• [To do]:
With the line containing "e38 v32 v25 LINE" as the start and the line containing "e41 v34 v27 LINE" as the end, transcribe that span of the entries below exactly, including both.

[Stored data]
..........

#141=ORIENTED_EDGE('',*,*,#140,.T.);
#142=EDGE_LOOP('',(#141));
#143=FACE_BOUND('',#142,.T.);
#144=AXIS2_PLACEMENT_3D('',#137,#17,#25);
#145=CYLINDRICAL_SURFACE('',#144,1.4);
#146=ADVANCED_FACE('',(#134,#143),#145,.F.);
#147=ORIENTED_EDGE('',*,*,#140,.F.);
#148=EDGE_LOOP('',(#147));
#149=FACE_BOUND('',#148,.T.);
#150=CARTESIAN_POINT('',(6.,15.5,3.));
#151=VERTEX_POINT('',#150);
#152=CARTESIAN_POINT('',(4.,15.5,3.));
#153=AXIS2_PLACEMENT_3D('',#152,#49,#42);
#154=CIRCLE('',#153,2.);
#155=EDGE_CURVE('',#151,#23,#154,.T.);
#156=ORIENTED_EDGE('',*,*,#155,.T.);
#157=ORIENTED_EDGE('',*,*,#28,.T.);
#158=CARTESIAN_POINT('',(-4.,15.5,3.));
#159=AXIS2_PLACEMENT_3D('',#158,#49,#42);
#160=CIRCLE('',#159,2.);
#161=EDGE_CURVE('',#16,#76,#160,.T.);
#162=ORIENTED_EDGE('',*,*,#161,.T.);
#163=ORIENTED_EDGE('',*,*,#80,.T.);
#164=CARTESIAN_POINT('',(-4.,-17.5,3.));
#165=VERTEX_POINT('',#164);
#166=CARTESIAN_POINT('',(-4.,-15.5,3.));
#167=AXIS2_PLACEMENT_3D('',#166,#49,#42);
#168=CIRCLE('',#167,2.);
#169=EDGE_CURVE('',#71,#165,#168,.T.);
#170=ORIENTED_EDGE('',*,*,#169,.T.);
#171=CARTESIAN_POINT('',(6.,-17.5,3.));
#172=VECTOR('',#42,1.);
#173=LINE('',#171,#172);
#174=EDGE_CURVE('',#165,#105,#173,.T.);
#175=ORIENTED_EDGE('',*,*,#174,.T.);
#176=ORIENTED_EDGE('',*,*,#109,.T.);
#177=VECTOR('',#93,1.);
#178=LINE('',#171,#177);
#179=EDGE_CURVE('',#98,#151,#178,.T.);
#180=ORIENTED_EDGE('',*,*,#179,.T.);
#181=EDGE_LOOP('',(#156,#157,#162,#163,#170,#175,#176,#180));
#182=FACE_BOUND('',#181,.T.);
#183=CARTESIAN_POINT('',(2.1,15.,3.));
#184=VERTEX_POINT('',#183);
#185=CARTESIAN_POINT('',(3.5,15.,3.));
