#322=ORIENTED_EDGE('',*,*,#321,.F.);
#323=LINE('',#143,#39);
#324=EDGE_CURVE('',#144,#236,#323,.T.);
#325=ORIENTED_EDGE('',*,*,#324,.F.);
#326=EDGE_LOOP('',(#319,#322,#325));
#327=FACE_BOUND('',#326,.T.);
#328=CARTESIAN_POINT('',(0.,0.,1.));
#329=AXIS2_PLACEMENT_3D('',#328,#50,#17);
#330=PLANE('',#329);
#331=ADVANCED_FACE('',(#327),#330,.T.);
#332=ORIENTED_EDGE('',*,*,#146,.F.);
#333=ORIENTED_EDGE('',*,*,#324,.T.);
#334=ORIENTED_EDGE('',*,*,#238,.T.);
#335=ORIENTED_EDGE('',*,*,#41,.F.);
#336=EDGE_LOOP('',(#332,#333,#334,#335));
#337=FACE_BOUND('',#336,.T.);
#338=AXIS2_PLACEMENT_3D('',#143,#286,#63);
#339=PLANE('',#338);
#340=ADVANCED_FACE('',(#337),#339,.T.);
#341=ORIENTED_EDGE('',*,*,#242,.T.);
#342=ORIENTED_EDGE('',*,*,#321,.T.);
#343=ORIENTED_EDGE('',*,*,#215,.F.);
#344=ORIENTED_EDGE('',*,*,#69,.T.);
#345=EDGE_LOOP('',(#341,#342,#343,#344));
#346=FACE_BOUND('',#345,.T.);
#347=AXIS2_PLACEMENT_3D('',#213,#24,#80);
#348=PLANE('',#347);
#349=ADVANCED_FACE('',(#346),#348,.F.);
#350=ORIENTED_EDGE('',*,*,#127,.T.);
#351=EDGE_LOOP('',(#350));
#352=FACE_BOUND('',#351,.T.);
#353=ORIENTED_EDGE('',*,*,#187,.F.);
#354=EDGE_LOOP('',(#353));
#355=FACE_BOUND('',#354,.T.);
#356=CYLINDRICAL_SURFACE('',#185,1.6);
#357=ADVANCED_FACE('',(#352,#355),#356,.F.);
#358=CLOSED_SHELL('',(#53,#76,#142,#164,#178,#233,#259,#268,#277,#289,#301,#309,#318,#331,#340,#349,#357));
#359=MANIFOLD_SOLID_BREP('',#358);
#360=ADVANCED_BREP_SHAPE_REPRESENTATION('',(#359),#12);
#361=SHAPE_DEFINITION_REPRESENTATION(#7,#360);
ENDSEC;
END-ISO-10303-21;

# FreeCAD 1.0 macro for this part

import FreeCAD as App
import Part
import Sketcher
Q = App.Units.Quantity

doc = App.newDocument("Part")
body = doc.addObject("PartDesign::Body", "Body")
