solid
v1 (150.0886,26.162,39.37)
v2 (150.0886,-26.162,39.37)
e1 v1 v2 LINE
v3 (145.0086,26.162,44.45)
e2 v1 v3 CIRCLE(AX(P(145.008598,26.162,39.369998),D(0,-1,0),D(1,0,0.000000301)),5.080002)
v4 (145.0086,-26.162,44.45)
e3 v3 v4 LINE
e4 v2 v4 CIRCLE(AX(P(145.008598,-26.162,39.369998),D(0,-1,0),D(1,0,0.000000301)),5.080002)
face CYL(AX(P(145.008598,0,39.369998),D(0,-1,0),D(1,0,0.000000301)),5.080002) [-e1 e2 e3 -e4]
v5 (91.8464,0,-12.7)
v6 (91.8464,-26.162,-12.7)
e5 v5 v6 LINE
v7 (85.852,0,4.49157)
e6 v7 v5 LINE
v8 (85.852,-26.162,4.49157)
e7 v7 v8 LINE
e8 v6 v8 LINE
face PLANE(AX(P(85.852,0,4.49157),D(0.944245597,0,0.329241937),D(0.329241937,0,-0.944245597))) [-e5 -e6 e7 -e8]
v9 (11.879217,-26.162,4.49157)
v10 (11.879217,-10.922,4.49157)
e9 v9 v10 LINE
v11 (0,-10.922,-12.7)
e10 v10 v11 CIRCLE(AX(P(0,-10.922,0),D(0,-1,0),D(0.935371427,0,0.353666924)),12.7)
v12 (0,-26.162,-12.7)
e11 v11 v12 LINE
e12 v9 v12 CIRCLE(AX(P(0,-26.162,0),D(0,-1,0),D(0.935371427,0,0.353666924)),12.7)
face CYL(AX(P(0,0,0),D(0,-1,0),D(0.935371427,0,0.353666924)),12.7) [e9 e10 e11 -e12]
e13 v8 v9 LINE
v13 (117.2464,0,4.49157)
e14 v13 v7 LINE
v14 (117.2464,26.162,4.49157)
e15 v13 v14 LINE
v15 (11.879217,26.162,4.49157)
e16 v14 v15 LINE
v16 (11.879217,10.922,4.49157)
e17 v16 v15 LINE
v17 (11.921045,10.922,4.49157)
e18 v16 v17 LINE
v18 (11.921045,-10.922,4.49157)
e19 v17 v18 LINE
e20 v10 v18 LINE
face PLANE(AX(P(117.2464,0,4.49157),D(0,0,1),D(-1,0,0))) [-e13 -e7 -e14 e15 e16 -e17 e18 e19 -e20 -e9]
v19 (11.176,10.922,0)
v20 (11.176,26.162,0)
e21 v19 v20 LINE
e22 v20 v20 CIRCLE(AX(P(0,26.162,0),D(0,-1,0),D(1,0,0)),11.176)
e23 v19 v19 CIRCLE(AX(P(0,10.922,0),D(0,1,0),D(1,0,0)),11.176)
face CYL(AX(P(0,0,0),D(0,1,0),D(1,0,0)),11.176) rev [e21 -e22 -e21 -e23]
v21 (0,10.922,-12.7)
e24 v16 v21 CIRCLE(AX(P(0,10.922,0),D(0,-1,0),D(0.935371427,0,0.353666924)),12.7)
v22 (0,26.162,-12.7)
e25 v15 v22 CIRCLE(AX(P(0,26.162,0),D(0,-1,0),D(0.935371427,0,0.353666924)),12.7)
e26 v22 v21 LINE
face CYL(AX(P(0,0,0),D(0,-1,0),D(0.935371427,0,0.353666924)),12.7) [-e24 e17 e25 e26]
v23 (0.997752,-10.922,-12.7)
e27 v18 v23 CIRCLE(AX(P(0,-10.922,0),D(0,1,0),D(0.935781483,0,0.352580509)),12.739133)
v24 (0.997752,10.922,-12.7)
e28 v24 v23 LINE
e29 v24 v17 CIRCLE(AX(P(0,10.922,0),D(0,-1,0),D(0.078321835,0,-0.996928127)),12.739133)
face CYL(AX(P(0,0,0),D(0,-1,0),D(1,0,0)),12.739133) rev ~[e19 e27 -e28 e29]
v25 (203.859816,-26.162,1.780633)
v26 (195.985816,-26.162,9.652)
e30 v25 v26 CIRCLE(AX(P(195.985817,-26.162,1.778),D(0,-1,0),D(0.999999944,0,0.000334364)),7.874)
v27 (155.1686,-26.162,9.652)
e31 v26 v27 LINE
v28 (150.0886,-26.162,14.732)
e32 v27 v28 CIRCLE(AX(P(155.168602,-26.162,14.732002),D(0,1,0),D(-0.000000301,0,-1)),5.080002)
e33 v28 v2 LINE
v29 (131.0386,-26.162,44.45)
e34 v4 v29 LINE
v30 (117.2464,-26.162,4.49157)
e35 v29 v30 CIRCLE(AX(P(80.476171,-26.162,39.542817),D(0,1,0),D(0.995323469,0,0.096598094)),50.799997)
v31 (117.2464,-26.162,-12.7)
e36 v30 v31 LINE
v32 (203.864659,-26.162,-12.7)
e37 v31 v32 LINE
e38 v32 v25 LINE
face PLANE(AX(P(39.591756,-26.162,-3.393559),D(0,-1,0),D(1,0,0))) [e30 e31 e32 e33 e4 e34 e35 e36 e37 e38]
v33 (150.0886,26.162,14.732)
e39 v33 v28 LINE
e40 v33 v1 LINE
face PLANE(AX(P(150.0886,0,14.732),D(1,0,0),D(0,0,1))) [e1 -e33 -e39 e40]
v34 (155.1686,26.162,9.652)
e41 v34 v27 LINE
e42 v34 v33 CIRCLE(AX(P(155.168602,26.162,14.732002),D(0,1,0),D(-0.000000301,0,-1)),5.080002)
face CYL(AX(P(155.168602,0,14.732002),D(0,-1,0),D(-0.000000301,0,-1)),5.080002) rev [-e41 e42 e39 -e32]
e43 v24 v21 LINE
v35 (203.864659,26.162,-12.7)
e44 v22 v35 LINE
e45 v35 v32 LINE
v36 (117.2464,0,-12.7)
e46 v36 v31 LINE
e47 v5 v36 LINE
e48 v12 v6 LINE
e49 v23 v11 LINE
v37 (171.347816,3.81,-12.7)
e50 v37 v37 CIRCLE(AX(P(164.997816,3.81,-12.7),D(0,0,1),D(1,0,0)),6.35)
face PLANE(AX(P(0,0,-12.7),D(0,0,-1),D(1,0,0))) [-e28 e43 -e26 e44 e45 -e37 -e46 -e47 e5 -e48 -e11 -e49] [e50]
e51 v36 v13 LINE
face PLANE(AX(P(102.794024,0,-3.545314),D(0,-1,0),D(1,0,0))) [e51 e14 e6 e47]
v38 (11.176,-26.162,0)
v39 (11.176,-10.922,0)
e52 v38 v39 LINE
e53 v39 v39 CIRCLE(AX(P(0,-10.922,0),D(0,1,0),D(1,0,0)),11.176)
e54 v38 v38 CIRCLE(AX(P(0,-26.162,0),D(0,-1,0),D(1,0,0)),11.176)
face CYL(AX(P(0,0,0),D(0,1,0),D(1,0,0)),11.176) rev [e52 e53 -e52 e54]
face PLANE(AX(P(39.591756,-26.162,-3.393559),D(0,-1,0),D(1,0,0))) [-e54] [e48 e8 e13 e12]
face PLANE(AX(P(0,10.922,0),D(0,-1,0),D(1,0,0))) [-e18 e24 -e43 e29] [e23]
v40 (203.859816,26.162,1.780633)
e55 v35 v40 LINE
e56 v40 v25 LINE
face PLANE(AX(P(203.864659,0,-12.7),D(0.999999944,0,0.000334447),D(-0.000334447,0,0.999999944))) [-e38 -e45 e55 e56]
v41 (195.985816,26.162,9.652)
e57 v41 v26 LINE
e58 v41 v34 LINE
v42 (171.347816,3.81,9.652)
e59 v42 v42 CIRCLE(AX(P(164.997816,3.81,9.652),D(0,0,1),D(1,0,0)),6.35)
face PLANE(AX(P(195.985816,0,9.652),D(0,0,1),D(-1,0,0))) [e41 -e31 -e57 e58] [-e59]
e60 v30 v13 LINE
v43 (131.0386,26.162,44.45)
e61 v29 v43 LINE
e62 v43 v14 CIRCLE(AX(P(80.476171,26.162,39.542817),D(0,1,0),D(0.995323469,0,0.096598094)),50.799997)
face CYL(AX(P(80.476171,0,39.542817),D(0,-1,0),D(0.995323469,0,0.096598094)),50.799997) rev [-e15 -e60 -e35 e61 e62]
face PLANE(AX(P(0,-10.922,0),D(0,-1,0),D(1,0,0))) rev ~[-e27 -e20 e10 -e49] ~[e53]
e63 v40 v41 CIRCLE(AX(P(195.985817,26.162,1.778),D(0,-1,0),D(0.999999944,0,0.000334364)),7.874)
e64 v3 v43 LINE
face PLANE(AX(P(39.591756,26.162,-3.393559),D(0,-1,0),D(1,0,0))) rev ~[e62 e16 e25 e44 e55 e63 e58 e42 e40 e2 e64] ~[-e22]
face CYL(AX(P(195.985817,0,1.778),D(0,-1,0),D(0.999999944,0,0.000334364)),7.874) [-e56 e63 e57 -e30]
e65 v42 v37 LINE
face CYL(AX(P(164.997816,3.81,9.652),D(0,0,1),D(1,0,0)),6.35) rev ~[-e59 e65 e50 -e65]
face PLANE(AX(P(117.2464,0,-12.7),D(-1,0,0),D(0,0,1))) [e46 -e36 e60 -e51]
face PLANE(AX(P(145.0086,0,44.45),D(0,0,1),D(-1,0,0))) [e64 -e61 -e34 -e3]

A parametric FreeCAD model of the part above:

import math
import FreeCAD as App
import Part
import Sketcher
from FreeCAD import Vector
Q = App.Units.Quantity


def add_polygon(sketch, points):
    """Adds a closed chain of lines whose ends are joined by coincident constraints."""
    first, n = sketch.GeometryCount, len(points)
    for a, b in zip(points, points[1:] + points[:1]):
        sketch.addGeometry(Part.LineSegment(App.Vector(*a, 0), App.Vector(*b, 0)), False)
    for i in range(n):
        sketch.addConstraint(Sketcher.Constraint("Coincident", first + i, 2, first + (i + 1) % n, 1))

doc = App.newDocument("Part")
body = doc.addObject("PartDesign::Body", "Body")

# Sketch on XZ plane
sketch1 = body.newObject("Sketcher::SketchObject", "Sketch")
sketch1.AttachmentSupport = (doc.getObject("XZ_Plane"), [""])
sketch1.MapMode = "FlatFace"
sketch1.addGeometry([
    Part.ArcOfCircle(Part.Circle(Vector(0, 0, 0), Vector(0, 0, 1), 13), math.radians(21), math.radians(270)),  # 0
    Part.LineSegment(Vector(0, -13, 0), Vector(204, -13, 0)),  # 1
    Part.LineSegment(Vector(204, -13, 0), Vector(204, 2, 0)),  # 2
    Part.ArcOfCircle(Part.Circle(Vector(196, 2, 0), Vector(0, 0, 1), 8), math.radians(0), math.radians(90)),  # 3
    Part.LineSegment(Vector(196, 10, 0), Vector(155, 10, 0)),  # 4
    Part.ArcOfCircle(Part.Circle(Vector(155, 15, 0), Vector(0, 0, 1), 5), math.radians(-180), math.radians(-90)),  # 5
    Part.LineSegment(Vector(150, 15, 0), Vector(150, 39, 0)),  # 6
    Part.ArcOfCircle(Part.Circle(Vector(145, 39, 0), Vector(0, 0, 1), 5), math.radians(0), math.radians(90)),  # 7
    Part.LineSegment(Vector(145, 44, 0), Vector(131, 44, 0)),  # 8
    Part.ArcOfCircle(Part.Circle(Vector(80, 40, 0), Vector(0, 0, 1), 51), math.radians(-44), math.radians(6)),  # 9
    Part.LineSegment(Vector(117, 4, 0), Vector(12, 4, 0)),  # 10
    Part.Circle(Vector(0, 0, 0), Vector(0, 0, 1), 11),  # 11
], False)
sketch1.addConstraint([
    Sketcher.Constraint("Tangent", 0, 2, 1, 1),
    Sketcher.Constraint("Coincident", 1, 2, 2, 1),
    Sketcher.Constraint("Tangent", 2, 2, 3, 1),
    Sketcher.Constraint("Tangent", 3, 2, 4, 1),
    Sketcher.Constraint("Tangent", 4, 2, 5, 2),
    Sketcher.Constraint("Tangent", 5, 1, 6, 1),
    Sketcher.Constraint("Tangent", 6, 2, 7, 1),
    Sketcher.Constraint("Tangent", 7, 2, 8, 1),
    Sketcher.Constraint("Coincident", 8, 2, 9, 2),
    Sketcher.Constraint("Coincident", 9, 1, 10, 1),
    Sketcher.Constraint("Coincident", 10, 2, 0, 1),
    Sketcher.Constraint("Horizontal", 1),
    Sketcher.Constraint("Horizontal", 4),
    Sketcher.Constraint("Vertical", 6),
    Sketcher.Constraint("Horizontal", 8),
    Sketcher.Constraint("Horizontal", 10),
    Sketcher.Constraint("Coincident", 0, 3, -1, 1),
    Sketcher.Constraint("Coincident", 11, 3, -1, 1),
    Sketcher.Constraint("Equal", 5, 7),
    Sketcher.Constraint("Radius", 9, Q("1.9999999 in")),
    Sketcher.Constraint("Radius", 0, Q("0.5 in")),
    Sketcher.Constraint("Radius", 5, Q("0.2000001 in")),
    Sketcher.Constraint("Diameter", 11, Q("0.88 in")),
    Sketcher.Constraint("Radius", 3, Q("0.31 in")),
    Sketcher.Constraint("DistanceX", 8, 2, 8, 1, Q("0.55 in")),
    Sketcher.Constraint("DistanceY", 6, 1, 6, 2, Q("0.97 in")),
    Sketcher.Constraint("DistanceY", -1, 1, 3, 3, Q("0.07 in")),
    Sketcher.Constraint("DistanceX", -1, 1, 5, 3, Q("6.1090001 in")),
    Sketcher.Constraint("DistanceX", -1, 1, 9, 1, Q("4.616 in")),
    Sketcher.Constraint("DistanceY", 2, 2, 9, 3, Q("1.4867002 in")),
    Sketcher.Constraint("DistanceX", 1, 1, 1, 2, 203.864659),
    Sketcher.Constraint("DistanceX", 4, 2, 4, 1, 40.817216),
])
pad1 = body.newObject("PartDesign::Pad", "Pad")
pad1.Profile = sketch1
pad1.Length = Q("2.06 in")
pad1.Midplane = True

# Sketch on XZ plane
sketch2 = body.newObject("Sketcher::SketchObject", "Sketch001")
sketch2.AttachmentSupport = (doc.getObject("XZ_Plane"), [""])
sketch2.MapMode = "FlatFace"
add_polygon(sketch2, [(117, 4), (86, 4), (92, -13), (117, -13)])  # lines 0-3
sketch2.addConstraint([
    Sketcher.Constraint("Horizontal", 0),
    Sketcher.Constraint("Horizontal", 2),
    Sketcher.Constraint("Vertical", 3),
    Sketcher.Constraint("DistanceX", 2, 1, 2, 2, Q("1 in")),
    Sketcher.Constraint("DistanceY", 1, 2, -1, 1, Q("0.5 in")),
    Sketcher.Constraint("DistanceX", 0, 2, 0, 1, Q("1.236 in")),
    Sketcher.Constraint("DistanceX", -1, 1, 0, 2, Q("3.38 in")),
    Sketcher.Constraint("DistanceY", 3, 1, 3, 2, 17.19157),
])
pocket1 = body.newObject("PartDesign::Pocket", "Pocket")
pocket1.Profile = sketch2
pocket1.Type = "ThroughAll"
pocket1.Reversed = True

# Sketch on XZ plane
sketch3 = body.newObject("Sketcher::SketchObject", "Sketch002")
sketch3.AttachmentSupport = (doc.getObject("XZ_Plane"), [""])
sketch3.MapMode = "FlatFace"
sketch3.addGeometry(Part.Circle(Vector(0, 0, 0), Vector(0, 0, 1), 13), False)
sketch3.addConstraint([
    Sketcher.Constraint("Coincident", 0, 3, -1, 1),
    Sketcher.Constraint("Diameter", 0, 25.478266),
])
pocket2 = body.newObject("PartDesign::Pocket", "Pocket001")
pocket2.Profile = sketch3
pocket2.Length = Q("0.86 in")
pocket2.Midplane = True

# Sketch on XY plane
sketch4 = body.newObject("Sketcher::SketchObject", "Sketch003")
sketch4.AttachmentSupport = (doc.getObject("XY_Plane"), [""])
sketch4.MapMode = "FlatFace"
sketch4.AttachmentOffset = App.Placement(Vector(0, 0, 0.38 * 25.4), App.Rotation())
sketch4.addGeometry(Part.Circle(Vector(165, 4, 0), Vector(0, 0, 1), 6), False)
sketch4.addConstraint([
    Sketcher.Constraint("Diameter", 0, Q("0.5 in")),
    Sketcher.Constraint("DistanceY", -1, 1, 0, 3, Q("0.15 in")),
    Sketcher.Constraint("DistanceX", -1, 1, 0, 3, 164.997816),
])
pocket3 = body.newObject("PartDesign::Pocket", "Pocket002")
pocket3.Profile = sketch4
pocket3.Type = "ThroughAll"

doc.recompute()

..........

• [Written solution]:
e38 v32 v25 LINE
face PLANE(AX(P(39.591756,-26.162,-3.393559),D(0,-1,0),D(1,0,0))) [e30 e31 e32 e33 e4 e34 e35 e36 e37 e38]
v33 (150.0886,26.162,14.732)
e39 v33 v28 LINE
e40 v33 v1 LINE
face PLANE(AX(P(150.0886,0,14.732),D(1,0,0),D(0,0,1))) [e1 -e33 -e39 e40]
v34 (155.1686,26.162,9.652)
e41 v34 v27 LINE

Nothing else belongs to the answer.